* About this task: Look through the listing below and write out exactly the lines from the line with "v -22.555 3.095 -0.707" to the line with "v 22.555 -2.482 1.98", both included, and no others.

* Input for this task:
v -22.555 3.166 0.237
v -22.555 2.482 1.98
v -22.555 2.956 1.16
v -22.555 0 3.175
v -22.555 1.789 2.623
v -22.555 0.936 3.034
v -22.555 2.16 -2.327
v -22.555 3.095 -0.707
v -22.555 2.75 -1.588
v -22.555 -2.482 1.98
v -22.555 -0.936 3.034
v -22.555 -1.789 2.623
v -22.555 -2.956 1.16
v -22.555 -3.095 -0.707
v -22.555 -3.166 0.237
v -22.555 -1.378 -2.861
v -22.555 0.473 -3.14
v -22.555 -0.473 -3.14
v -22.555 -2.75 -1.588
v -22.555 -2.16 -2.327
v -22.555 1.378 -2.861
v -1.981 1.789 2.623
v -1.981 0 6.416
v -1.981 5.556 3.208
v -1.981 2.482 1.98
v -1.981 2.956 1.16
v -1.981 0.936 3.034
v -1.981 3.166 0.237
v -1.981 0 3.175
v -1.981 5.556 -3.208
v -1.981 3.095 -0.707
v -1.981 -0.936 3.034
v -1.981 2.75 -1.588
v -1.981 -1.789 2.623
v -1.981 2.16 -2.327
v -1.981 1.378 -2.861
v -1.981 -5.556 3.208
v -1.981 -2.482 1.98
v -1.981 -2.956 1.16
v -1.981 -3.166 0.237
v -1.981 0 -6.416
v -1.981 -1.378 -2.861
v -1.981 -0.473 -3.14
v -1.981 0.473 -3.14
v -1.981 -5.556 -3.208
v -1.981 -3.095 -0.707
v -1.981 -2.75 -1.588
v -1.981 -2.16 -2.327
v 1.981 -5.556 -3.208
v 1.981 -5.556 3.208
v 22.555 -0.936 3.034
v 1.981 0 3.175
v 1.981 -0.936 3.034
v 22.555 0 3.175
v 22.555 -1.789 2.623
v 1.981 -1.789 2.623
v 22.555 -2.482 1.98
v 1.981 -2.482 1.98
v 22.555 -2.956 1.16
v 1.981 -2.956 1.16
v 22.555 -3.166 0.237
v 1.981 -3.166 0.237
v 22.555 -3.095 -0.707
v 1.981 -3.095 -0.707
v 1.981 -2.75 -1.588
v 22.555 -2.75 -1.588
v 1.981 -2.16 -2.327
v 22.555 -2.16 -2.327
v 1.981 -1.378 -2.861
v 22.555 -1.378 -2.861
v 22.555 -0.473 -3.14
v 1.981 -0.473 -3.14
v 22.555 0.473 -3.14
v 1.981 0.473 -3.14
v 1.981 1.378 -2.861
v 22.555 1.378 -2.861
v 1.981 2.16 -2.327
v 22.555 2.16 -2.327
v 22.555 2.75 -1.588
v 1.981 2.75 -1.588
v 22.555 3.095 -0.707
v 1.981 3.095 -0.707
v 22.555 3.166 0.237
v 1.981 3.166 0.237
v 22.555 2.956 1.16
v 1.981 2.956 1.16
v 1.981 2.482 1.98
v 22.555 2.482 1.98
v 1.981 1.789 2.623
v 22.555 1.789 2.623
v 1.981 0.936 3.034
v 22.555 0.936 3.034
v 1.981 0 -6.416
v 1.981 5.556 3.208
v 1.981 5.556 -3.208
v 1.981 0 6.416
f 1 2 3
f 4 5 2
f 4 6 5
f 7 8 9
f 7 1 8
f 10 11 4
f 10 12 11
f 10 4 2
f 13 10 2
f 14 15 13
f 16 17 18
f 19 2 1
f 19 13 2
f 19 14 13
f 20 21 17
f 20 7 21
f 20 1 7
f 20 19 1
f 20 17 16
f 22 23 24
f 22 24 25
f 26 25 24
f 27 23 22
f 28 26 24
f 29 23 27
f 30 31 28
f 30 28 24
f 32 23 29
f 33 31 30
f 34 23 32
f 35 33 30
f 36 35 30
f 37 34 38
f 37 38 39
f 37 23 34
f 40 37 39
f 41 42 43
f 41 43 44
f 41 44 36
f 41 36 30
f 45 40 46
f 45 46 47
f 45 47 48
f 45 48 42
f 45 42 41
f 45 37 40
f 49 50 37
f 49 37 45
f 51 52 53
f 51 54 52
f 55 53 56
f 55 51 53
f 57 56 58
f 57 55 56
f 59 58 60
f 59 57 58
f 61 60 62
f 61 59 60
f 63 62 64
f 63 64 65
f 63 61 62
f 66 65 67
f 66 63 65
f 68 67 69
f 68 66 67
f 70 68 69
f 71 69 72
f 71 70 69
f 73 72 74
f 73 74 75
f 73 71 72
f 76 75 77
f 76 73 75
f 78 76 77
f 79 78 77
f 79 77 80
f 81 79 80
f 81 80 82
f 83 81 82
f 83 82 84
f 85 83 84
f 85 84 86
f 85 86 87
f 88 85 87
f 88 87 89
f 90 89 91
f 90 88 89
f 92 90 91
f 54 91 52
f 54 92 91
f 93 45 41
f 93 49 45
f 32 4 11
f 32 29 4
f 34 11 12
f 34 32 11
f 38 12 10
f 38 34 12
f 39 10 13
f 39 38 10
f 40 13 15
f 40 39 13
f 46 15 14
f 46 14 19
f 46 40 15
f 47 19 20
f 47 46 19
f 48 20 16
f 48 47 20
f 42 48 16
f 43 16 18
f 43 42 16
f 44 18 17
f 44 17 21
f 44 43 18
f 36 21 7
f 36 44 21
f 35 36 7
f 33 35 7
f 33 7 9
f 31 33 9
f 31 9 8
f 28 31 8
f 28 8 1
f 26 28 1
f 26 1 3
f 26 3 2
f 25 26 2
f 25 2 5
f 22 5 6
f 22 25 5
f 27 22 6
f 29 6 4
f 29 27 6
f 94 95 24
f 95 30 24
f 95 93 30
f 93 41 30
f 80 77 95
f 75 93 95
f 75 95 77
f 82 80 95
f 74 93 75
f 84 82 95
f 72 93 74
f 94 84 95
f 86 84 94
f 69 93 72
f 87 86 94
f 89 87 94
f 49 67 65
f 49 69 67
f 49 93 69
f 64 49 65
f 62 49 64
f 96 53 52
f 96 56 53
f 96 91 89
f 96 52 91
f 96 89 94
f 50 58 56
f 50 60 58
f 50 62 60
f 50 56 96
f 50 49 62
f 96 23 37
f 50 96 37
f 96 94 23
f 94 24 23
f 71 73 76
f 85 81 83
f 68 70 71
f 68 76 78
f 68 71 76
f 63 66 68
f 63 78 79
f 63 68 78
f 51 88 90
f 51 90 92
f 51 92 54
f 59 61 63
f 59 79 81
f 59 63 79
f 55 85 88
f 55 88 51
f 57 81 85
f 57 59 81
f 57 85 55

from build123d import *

# Parameters (mm, degrees)
BOSS_EXTRUDE1_REACH             = 25.885
BOSS_EXTRUDE1_DIRECTION_2_REACH = 25.885


with BuildPart() as part:
    # Sketch2 → Revolve1 (revolve)
    with BuildSketch(Plane.XY, mode=Mode.PRIVATE) as revolve1_sk:
        Polygon((-22.5552, 0), (-22.5552, 3.175), (-1.9812, 3.175), (-1.9812, 5.55625), (1.9812, 5.55625), (1.9812, 3.175), (22.5552, 3.175), (22.5552, 0), align=None)
    revolve(revolve1_sk.sketch.rotate(Axis((-22.5552, 0, 0), (1, 0, 0)), 90), axis=Axis((-22.5552, 0, 0), (1, 0, 0)))

    # Boss-Extrude1: up to this face of the body (flat: up to its plane)
    boss_extrude1_end = Plane(part.part.faces().sort_by_distance((1.9812, 0, -5.399095518))[0])
    # Sketch3 → Boss-Extrude1 (add, up to the picked face)
    with BuildSketch(Plane(origin=(0, 0, 0), x_dir=(0, 0, -1), z_dir=(1, 0, 0)), mode=Mode.PRIVATE) as boss_extrude1_sk1:
        Polygon((3.207902433, -5.55625), (6.415804866, 0), (3.207902433, 5.55625), (-3.207902433, 5.55625), (-6.415804866, 0), (-3.207902433, -5.55625), align=None)
    boss_extrude1_tool1 = split(extrude(boss_extrude1_sk1.sketch, amount=BOSS_EXTRUDE1_REACH, mode=Mode.PRIVATE), bisect_by=boss_extrude1_end, keep=Keep.BOTH, mode=Mode.PRIVATE)
    add(boss_extrude1_tool1.solids().sort_by(Axis((0, 0, 0), (1, 0, 0)))[0])

    # Boss-Extrude1 direction 2: up to this face of the body (flat: up to its plane)
    boss_extrude1_direction_2_end = Plane(part.part.faces().sort_by_distance((-1.9812, 0, -3.332154482))[0])
    # Sketch3 → Boss-Extrude1 direction 2 (add, up to the picked face)
    with BuildSketch(Plane(origin=(0, 0, 0), x_dir=(0, 0, -1), z_dir=(1, 0, 0)), mode=Mode.PRIVATE) as boss_extrude1_direction_2_sk1:
        Polygon((3.207902433, -5.55625), (6.415804866, 0), (3.207902433, 5.55625), (-3.207902433, 5.55625), (-6.415804866, 0), (-3.207902433, -5.55625), align=None)
    boss_extrude1_direction_2_tool1 = split(extrude(boss_extrude1_direction_2_sk1.sketch, amount=-BOSS_EXTRUDE1_DIRECTION_2_REACH, mode=Mode.PRIVATE), bisect_by=boss_extrude1_direction_2_end, keep=Keep.BOTH, mode=Mode.PRIVATE)
    add(boss_extrude1_direction_2_tool1.solids().sort_by(Axis((0, 0, 0), (-1, 0, 0)))[0])


solid = part.part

* Solution to this exercise:
v -22.555 3.095 -0.707
v -22.555 2.75 -1.588
v -22.555 -2.482 1.98
v -22.555 -0.936 3.034
v -22.555 -1.789 2.623
v -22.555 -2.956 1.16
v -22.555 -3.095 -0.707
v -22.555 -3.166 0.237
v -22.555 -1.378 -2.861
v -22.555 0.473 -3.14
v -22.555 -0.473 -3.14
v -22.555 -2.75 -1.588
v -22.555 -2.16 -2.327
v -22.555 1.378 -2.861
v -1.981 1.789 2.623
v -1.981 0 6.416
v -1.981 5.556 3.208
v -1.981 2.482 1.98
v -1.981 2.956 1.16
v -1.981 0.936 3.034
v -1.981 3.166 0.237
v -1.981 0 3.175
v -1.981 5.556 -3.208
v -1.981 3.095 -0.707
v -1.981 -0.936 3.034
v -1.981 2.75 -1.588
v -1.981 -1.789 2.623
v -1.981 2.16 -2.327
v -1.981 1.378 -2.861
v -1.981 -5.556 3.208
v -1.981 -2.482 1.98
v -1.981 -2.956 1.16
v -1.981 -3.166 0.237
v -1.981 0 -6.416
v -1.981 -1.378 -2.861
v -1.981 -0.473 -3.14
v -1.981 0.473 -3.14
v -1.981 -5.556 -3.208
v -1.981 -3.095 -0.707
v -1.981 -2.75 -1.588
v -1.981 -2.16 -2.327
v 1.981 -5.556 -3.208
v 1.981 -5.556 3.208
v 22.555 -0.936 3.034
v 1.981 0 3.175
v 1.981 -0.936 3.034
v 22.555 0 3.175
v 22.555 -1.789 2.623
v 1.981 -1.789 2.623
v 22.555 -2.482 1.98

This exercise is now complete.